__To do__
All lines from the one with "f 409 404 383" to the end of the entries below must be written out exactly. Leave out any other line.

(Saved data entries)
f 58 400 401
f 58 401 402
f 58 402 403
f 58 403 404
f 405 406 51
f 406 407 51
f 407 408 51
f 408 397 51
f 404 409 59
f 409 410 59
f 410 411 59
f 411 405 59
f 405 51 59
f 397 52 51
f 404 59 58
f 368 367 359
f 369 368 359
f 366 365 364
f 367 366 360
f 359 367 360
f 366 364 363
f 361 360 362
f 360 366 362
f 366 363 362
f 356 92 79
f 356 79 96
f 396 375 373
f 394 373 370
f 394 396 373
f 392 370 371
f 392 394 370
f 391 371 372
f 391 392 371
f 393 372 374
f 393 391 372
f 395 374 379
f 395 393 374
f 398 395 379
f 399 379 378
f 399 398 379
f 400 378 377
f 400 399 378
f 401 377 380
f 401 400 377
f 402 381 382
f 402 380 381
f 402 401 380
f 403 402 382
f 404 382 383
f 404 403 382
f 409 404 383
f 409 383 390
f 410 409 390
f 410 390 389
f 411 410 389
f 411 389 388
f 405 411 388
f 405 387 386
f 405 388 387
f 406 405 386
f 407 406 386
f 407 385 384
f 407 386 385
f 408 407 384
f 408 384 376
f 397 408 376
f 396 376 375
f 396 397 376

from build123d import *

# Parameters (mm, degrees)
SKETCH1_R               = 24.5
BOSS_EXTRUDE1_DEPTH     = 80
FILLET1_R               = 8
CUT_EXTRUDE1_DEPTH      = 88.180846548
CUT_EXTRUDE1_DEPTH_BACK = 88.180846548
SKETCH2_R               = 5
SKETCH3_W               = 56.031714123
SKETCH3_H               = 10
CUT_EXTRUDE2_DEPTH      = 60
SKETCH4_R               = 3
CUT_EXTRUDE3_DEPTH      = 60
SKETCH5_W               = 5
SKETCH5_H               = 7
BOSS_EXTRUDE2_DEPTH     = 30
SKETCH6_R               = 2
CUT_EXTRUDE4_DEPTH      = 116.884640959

__Answer box__
f 409 404 383
f 409 383 390
f 410 409 390
f 410 390 389
f 411 410 389
f 411 389 388
f 405 411 388
f 405 387 386
f 405 388 387
f 406 405 386
f 407 406 386
f 407 385 384
f 407 386 385
f 408 407 384
f 408 384 376
f 397 408 376
f 396 376 375
f 396 397 376

from build123d import *

# Parameters (mm, degrees)
SKETCH1_R               = 24.5
BOSS_EXTRUDE1_DEPTH     = 80
FILLET1_R               = 8
CUT_EXTRUDE1_DEPTH      = 88.180846548
CUT_EXTRUDE1_DEPTH_BACK = 88.180846548
SKETCH2_R               = 5
SKETCH3_W               = 56.031714123
SKETCH3_H               = 10
CUT_EXTRUDE2_DEPTH      = 60
SKETCH4_R               = 3
CUT_EXTRUDE3_DEPTH      = 60
SKETCH5_W               = 5
SKETCH5_H               = 7
BOSS_EXTRUDE2_DEPTH     = 30
SKETCH6_R               = 2
CUT_EXTRUDE4_DEPTH      = 116.884640959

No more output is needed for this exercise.